# walk in freezer



## kimo (Aug 5, 2011)

I recently looked at a walkin freezer that had been changed over to 404A in 2009, it had a break in the liquid line comming off the compressor. I repaired the leak, deew a vacuum using a micron guage, recharged the system. the sight glass is clear with a small bubble occasionally, dot is green. the suction is at 26 and the head is 370 with box temp at 30 degrees. this seems like a high head to me. box only gets down to 10 to 15 degrees. everything is working, fans, defrost, etc.
the expansion valve ond coil is frosted back the liquid inlet of the valve.
looking for a solution, valve need adjustment or what? dont see any restrictins anywhere.


----------



## SAMCRO (Aug 7, 2011)

what's the Amb.

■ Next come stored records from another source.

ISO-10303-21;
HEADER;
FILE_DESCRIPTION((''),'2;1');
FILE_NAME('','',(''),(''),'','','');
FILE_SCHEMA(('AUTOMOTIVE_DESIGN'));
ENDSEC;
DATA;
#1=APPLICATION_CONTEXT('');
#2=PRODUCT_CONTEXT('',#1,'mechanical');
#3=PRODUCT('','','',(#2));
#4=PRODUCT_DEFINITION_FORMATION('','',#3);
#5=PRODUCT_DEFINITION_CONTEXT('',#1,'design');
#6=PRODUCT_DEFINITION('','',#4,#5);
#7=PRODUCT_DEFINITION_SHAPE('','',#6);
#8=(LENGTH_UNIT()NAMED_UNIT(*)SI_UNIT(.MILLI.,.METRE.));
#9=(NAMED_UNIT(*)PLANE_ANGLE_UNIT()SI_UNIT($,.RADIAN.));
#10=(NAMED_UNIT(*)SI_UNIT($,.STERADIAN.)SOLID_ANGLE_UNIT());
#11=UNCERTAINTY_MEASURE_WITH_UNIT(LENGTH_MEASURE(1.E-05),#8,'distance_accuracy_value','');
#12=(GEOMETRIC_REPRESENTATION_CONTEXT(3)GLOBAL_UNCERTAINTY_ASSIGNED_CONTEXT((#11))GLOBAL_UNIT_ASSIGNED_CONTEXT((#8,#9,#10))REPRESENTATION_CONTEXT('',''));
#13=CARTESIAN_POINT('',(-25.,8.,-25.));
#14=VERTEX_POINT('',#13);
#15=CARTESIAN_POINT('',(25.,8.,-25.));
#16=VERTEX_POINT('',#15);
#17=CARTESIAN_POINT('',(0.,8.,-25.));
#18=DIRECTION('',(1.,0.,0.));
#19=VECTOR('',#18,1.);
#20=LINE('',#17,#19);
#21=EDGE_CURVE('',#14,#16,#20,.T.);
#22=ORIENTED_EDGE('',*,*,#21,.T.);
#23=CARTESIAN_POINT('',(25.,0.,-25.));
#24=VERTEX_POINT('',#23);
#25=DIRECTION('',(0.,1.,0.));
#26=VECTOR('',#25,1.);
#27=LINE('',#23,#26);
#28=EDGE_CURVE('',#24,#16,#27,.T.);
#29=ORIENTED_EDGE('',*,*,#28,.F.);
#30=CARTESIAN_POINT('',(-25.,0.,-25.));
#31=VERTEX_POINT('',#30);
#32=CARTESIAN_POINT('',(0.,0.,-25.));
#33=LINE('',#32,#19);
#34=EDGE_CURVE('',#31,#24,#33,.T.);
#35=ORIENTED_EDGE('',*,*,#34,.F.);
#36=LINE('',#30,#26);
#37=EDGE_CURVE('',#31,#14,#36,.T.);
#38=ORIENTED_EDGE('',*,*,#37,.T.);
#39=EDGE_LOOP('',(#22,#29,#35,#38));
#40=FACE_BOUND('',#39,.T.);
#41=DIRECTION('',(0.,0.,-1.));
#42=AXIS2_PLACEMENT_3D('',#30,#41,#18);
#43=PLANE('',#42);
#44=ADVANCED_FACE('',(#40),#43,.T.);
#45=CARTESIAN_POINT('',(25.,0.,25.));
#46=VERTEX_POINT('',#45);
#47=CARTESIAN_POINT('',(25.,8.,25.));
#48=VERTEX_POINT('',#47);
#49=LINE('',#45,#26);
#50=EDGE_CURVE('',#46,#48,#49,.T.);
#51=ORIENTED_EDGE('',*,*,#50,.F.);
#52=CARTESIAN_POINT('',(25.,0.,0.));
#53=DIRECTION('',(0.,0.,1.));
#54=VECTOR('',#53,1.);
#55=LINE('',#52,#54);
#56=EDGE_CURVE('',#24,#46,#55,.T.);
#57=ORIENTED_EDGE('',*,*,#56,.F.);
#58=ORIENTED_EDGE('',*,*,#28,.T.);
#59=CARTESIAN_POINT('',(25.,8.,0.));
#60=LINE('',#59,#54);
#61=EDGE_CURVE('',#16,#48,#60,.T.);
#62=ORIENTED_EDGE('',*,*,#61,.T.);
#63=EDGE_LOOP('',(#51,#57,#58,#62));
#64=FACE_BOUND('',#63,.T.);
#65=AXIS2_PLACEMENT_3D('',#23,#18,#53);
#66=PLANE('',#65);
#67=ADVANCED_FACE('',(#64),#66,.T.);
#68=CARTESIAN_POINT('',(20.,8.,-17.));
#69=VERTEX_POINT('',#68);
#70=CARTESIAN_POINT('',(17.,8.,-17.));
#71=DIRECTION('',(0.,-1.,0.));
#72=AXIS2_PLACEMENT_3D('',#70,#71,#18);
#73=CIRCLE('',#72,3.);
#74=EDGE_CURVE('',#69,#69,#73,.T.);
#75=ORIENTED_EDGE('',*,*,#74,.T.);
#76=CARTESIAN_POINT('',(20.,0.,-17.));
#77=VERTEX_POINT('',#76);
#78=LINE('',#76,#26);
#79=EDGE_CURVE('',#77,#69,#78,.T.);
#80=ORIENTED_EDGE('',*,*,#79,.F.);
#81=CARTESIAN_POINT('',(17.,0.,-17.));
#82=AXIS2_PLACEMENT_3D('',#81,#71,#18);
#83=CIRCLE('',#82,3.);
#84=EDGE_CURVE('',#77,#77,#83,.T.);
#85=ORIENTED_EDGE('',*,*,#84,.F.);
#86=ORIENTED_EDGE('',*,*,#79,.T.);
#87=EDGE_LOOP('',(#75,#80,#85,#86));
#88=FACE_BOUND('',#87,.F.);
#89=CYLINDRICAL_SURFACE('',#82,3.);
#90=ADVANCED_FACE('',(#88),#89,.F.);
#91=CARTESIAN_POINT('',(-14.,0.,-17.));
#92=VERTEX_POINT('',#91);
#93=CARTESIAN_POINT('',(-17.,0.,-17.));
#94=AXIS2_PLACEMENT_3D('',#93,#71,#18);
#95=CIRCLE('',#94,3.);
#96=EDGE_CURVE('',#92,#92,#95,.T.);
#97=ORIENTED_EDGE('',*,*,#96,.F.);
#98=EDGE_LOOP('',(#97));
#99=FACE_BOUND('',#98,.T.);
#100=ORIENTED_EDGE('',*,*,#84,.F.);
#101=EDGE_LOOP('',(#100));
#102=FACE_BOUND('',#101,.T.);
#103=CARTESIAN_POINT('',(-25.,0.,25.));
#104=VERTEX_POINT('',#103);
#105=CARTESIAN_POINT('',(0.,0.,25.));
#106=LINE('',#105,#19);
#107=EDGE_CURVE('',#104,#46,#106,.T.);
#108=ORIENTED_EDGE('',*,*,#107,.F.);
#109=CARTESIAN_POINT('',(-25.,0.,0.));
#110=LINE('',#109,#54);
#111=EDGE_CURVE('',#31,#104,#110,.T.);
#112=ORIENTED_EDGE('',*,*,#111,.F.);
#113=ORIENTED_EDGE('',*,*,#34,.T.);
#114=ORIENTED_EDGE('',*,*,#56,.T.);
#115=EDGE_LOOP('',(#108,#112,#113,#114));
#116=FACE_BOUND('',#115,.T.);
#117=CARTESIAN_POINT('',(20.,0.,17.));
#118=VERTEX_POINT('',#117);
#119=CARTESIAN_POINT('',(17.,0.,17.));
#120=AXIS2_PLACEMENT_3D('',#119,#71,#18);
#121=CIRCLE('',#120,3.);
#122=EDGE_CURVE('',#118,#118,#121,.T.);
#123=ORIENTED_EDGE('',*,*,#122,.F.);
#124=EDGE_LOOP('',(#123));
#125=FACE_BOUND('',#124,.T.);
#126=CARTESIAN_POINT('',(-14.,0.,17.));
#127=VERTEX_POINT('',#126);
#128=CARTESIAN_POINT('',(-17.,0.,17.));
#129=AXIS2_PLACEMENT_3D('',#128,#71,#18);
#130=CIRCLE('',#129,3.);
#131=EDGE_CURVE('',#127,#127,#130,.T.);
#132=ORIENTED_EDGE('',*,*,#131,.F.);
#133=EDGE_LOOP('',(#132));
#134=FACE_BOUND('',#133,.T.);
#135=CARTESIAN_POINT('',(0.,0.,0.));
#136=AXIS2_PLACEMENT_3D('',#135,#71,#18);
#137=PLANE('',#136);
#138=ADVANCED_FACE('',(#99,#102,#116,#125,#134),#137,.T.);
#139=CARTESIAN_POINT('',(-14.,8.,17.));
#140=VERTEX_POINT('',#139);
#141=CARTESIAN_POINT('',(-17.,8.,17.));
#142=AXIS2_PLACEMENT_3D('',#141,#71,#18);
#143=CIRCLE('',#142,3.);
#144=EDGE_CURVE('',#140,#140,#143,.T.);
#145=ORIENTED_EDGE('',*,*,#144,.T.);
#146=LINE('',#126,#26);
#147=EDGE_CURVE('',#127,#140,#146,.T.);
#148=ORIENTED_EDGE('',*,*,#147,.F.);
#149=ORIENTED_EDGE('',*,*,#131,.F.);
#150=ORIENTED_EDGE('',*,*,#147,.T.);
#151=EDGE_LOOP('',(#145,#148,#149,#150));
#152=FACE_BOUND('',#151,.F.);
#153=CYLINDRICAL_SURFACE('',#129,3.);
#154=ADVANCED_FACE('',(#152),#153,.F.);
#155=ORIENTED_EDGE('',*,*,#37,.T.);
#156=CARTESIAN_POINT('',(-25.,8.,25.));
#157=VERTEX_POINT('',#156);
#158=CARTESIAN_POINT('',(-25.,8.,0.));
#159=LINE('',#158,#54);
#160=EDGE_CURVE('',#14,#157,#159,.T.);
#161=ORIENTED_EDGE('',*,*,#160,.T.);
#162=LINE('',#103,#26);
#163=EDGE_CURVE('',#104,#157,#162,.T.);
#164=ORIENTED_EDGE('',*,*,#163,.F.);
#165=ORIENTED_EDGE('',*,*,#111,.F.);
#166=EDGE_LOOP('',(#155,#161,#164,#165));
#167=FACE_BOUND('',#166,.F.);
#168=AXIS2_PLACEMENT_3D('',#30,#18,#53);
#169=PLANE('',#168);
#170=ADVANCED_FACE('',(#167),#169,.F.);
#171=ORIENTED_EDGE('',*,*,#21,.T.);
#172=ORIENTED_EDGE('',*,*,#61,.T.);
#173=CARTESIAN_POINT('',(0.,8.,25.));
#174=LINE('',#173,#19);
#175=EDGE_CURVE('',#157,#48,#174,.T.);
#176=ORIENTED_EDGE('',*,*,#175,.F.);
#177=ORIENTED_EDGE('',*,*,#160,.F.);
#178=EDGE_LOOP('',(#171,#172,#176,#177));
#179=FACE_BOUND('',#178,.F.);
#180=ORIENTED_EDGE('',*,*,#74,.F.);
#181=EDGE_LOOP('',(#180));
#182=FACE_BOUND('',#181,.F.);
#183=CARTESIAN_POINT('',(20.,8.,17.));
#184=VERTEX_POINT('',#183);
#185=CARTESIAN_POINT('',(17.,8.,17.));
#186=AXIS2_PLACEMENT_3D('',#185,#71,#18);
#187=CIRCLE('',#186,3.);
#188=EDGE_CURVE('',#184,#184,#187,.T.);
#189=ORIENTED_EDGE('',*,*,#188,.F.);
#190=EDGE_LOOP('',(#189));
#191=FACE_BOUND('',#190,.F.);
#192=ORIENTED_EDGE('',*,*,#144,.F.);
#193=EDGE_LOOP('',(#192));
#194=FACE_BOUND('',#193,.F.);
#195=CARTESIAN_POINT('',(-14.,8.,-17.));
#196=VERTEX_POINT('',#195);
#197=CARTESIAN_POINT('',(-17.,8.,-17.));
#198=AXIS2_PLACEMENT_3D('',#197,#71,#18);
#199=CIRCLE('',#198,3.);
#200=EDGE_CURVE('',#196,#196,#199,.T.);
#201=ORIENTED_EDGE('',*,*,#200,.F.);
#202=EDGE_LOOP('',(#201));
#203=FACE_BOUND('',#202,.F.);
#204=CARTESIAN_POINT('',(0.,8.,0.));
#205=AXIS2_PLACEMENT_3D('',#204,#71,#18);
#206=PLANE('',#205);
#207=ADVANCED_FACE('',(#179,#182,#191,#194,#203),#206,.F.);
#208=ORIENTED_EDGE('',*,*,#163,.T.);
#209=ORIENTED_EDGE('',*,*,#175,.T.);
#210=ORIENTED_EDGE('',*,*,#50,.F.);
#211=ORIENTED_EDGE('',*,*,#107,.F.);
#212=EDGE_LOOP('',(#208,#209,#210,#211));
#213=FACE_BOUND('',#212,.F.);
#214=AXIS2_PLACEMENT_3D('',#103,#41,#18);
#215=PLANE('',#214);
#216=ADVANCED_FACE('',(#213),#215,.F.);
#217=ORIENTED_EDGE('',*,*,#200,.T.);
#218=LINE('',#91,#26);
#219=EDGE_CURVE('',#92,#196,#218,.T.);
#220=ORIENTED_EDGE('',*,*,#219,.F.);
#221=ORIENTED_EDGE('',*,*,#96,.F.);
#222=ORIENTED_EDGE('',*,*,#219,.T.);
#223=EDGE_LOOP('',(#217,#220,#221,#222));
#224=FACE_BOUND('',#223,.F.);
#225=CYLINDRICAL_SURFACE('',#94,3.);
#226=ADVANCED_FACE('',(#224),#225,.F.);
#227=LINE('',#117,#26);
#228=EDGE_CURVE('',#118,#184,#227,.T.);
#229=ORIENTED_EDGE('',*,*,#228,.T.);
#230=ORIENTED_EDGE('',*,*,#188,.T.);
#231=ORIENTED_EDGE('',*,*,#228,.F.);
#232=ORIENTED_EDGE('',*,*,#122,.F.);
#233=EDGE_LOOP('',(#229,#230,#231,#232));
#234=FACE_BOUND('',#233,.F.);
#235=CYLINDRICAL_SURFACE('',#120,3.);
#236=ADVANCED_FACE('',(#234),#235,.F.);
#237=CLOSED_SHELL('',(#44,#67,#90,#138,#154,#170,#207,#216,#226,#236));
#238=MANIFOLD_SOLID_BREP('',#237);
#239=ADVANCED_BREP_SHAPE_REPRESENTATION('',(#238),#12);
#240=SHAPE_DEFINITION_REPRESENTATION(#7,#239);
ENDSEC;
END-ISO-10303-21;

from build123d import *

# Parameters (mm, degrees)
F0_W     = 50
F0_H     = 50
F1_DEPTH = 8
F2_R     = 3
F3_DEPTH = 8.001


with BuildPart() as f1:
    # F0 (on Front) → F1 (new body)
    with BuildSketch(Plane.XZ):
        Rectangle(F0_W, F0_H)
    extrude(amount=-F1_DEPTH)

    # F2 (on face) → F3 (cut, through all)
    with BuildSketch(Plane.XZ):
        with Locations((17, 17)):
            Circle(F2_R)
        with Locations((-17, 17)):
            Circle(F2_R)
        with Locations((17, -17)):
            Circle(F2_R)
        with Locations((-17, -17)):
            Circle(F2_R)
    extrude(amount=-F3_DEPTH, mode=Mode.SUBTRACT)


solid = f1.part
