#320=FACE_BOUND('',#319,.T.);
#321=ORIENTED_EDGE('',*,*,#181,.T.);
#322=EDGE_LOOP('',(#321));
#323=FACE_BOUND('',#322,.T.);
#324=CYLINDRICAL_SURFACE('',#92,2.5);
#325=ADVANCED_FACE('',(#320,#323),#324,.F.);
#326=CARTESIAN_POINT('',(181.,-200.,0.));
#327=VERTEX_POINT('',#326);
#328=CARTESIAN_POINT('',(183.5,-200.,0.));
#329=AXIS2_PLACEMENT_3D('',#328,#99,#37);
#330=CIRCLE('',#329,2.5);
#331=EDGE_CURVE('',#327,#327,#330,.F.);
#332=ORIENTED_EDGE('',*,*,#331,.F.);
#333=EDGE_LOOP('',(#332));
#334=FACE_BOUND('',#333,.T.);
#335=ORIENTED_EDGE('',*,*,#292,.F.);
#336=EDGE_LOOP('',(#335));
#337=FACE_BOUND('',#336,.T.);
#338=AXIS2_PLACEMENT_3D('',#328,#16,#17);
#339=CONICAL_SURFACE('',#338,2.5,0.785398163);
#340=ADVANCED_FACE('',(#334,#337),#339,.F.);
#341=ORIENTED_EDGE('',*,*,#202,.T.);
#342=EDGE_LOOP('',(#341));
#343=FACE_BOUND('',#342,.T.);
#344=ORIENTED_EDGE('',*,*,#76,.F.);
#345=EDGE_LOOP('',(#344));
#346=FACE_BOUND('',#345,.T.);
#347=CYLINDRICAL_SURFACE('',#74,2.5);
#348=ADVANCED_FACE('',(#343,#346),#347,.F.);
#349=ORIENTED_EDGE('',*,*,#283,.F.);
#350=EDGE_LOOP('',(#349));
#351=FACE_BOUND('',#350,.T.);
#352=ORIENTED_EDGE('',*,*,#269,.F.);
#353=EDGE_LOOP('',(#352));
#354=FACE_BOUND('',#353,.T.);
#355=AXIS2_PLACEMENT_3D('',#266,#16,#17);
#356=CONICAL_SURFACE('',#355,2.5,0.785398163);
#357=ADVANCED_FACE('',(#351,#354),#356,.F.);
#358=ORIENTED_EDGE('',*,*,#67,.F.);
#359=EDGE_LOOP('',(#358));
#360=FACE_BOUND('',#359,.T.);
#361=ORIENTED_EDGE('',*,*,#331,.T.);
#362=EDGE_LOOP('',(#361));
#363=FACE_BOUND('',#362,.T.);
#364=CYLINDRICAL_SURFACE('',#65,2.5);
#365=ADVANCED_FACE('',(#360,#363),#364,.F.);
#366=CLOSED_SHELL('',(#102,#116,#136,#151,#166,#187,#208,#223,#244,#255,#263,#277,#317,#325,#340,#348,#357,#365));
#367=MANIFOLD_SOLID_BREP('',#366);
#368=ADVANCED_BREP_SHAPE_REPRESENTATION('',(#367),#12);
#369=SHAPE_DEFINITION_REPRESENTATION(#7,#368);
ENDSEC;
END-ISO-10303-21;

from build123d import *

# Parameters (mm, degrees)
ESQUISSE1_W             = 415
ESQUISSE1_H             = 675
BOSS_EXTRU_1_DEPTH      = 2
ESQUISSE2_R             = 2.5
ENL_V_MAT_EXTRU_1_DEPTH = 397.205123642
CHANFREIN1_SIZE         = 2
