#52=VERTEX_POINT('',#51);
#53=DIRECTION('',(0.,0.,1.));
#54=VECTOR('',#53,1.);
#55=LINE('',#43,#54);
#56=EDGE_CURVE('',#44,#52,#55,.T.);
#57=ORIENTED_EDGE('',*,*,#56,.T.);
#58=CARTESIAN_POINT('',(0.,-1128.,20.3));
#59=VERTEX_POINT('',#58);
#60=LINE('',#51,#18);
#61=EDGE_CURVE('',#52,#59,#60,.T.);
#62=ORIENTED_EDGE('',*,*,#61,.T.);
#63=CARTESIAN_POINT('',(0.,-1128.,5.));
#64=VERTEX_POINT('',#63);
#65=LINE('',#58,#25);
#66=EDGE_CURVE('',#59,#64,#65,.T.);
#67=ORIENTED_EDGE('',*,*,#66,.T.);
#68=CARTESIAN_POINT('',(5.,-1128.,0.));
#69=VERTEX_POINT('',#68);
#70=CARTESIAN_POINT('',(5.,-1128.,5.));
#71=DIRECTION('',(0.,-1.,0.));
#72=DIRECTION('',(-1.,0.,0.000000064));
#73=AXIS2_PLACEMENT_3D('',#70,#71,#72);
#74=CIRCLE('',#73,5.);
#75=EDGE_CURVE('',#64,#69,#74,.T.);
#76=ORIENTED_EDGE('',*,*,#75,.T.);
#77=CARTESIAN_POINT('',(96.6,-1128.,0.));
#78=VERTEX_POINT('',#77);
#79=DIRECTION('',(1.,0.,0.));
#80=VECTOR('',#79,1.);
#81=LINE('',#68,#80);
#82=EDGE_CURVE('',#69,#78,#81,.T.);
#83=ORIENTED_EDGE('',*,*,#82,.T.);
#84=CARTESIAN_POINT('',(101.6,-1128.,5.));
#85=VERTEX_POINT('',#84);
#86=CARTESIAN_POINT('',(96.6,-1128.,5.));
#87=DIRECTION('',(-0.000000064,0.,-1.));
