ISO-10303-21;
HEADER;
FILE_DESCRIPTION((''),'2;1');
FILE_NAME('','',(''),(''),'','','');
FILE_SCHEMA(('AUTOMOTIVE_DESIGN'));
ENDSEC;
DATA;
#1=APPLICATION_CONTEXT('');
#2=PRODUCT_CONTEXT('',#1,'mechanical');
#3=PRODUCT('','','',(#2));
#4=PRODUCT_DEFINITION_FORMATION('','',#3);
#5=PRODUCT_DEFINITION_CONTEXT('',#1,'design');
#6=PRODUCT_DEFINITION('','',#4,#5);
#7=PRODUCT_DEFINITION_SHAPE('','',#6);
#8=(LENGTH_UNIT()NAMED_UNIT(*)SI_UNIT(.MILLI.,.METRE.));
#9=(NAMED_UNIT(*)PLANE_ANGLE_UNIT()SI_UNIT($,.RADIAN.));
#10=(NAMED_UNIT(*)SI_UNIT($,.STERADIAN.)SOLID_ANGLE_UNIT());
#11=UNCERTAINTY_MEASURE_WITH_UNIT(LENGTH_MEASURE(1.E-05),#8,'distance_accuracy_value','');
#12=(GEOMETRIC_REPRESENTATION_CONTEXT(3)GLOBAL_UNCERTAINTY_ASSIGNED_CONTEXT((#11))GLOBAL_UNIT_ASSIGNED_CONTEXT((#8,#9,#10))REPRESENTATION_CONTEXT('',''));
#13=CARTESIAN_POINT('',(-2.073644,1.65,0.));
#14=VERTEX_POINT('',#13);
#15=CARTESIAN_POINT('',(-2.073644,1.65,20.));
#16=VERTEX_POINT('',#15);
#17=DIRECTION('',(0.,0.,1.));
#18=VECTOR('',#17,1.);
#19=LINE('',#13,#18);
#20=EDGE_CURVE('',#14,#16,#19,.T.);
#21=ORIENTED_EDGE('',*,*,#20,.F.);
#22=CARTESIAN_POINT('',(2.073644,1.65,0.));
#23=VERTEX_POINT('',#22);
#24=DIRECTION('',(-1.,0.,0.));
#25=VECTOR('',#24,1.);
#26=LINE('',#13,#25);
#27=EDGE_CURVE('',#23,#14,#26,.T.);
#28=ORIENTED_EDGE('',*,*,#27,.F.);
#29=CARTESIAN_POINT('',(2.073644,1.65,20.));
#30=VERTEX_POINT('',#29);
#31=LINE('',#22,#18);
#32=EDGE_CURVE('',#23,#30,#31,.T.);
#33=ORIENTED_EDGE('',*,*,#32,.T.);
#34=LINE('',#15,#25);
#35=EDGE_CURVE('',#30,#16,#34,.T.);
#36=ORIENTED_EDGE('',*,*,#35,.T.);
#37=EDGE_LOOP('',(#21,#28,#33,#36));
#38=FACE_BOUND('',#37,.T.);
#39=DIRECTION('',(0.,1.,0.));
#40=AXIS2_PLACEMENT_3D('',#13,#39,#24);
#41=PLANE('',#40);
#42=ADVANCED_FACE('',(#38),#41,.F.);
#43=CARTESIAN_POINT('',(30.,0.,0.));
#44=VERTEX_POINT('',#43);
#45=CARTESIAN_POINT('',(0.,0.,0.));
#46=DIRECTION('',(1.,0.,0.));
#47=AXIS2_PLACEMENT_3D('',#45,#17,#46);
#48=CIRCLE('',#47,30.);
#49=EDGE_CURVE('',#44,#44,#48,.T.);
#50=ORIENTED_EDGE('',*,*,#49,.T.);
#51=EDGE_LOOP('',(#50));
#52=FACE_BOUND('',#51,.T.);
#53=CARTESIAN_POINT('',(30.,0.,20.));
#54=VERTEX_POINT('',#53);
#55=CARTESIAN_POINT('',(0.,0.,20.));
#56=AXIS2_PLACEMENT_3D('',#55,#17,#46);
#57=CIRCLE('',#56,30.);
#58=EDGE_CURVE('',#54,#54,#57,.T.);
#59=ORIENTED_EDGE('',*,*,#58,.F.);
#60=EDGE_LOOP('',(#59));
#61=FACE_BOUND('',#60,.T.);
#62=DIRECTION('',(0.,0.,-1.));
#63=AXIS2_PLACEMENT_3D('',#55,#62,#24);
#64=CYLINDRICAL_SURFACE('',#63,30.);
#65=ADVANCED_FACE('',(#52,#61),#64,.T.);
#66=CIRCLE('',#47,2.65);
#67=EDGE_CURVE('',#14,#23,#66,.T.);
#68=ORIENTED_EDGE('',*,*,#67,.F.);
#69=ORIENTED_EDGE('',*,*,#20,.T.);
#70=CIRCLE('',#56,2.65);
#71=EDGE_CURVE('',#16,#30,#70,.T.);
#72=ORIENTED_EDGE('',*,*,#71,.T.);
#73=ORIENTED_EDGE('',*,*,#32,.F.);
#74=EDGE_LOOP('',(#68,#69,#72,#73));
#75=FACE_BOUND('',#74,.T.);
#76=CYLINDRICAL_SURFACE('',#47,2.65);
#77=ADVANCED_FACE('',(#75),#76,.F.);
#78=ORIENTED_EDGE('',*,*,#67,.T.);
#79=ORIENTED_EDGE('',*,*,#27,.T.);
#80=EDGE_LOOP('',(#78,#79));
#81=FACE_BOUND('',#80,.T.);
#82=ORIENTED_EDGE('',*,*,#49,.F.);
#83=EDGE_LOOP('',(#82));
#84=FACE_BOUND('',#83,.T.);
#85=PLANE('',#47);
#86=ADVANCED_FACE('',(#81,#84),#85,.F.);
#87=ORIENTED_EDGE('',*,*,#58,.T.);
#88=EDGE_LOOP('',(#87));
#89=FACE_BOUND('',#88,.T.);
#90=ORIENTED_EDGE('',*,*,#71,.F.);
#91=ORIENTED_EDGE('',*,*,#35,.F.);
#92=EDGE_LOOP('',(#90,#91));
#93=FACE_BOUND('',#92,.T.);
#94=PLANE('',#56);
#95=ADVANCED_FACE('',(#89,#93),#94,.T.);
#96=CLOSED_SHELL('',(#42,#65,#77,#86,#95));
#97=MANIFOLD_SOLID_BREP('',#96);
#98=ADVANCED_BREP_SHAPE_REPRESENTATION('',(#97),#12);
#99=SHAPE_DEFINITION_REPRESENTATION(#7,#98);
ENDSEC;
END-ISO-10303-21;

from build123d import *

# Parameters (mm, degrees)
SKETCH1_R           = 30
BOSS_EXTRUDE1_DEPTH = 20
CUT_EXTRUDE1_DEPTH  = 47.904157598


with BuildPart() as part:
    # Sketch1 → Boss-Extrude1 (new body)
    with BuildSketch(Plane.XY):
        Circle(SKETCH1_R)
    extrude(amount=BOSS_EXTRUDE1_DEPTH)

    # Sketch2 → Cut-Extrude1 (cut, through all)
    with BuildSketch(Plane.XY.offset(20)):
        with BuildLine():
            Line((-2.073644135, 1.65), (2.073644135, 1.65))
            ThreePointArc((2.073644135, 1.65), (0, -2.65), (-2.073644135, 1.65))
        make_face()
    extrude(amount=-CUT_EXTRUDE1_DEPTH, mode=Mode.SUBTRACT)


solid = part.part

Temp.?coil is clean?pressure does sound high,unless its 105df maybe non-condensables...the suction is high as well... I would recover some gas and see if the head comes down any..


----------



## kimo (Aug 5, 2011)

*walk in freezer*

i think i found the problem, the txv, the temp differences on the evap were way off, i opened the txv all the way open, and that helped a little, but not completely. will get a new one. truth be known the person that changed the system over to 404a from what ever, didn't change the valve. Hate going behind someone else.
Thanks,
Jim


----------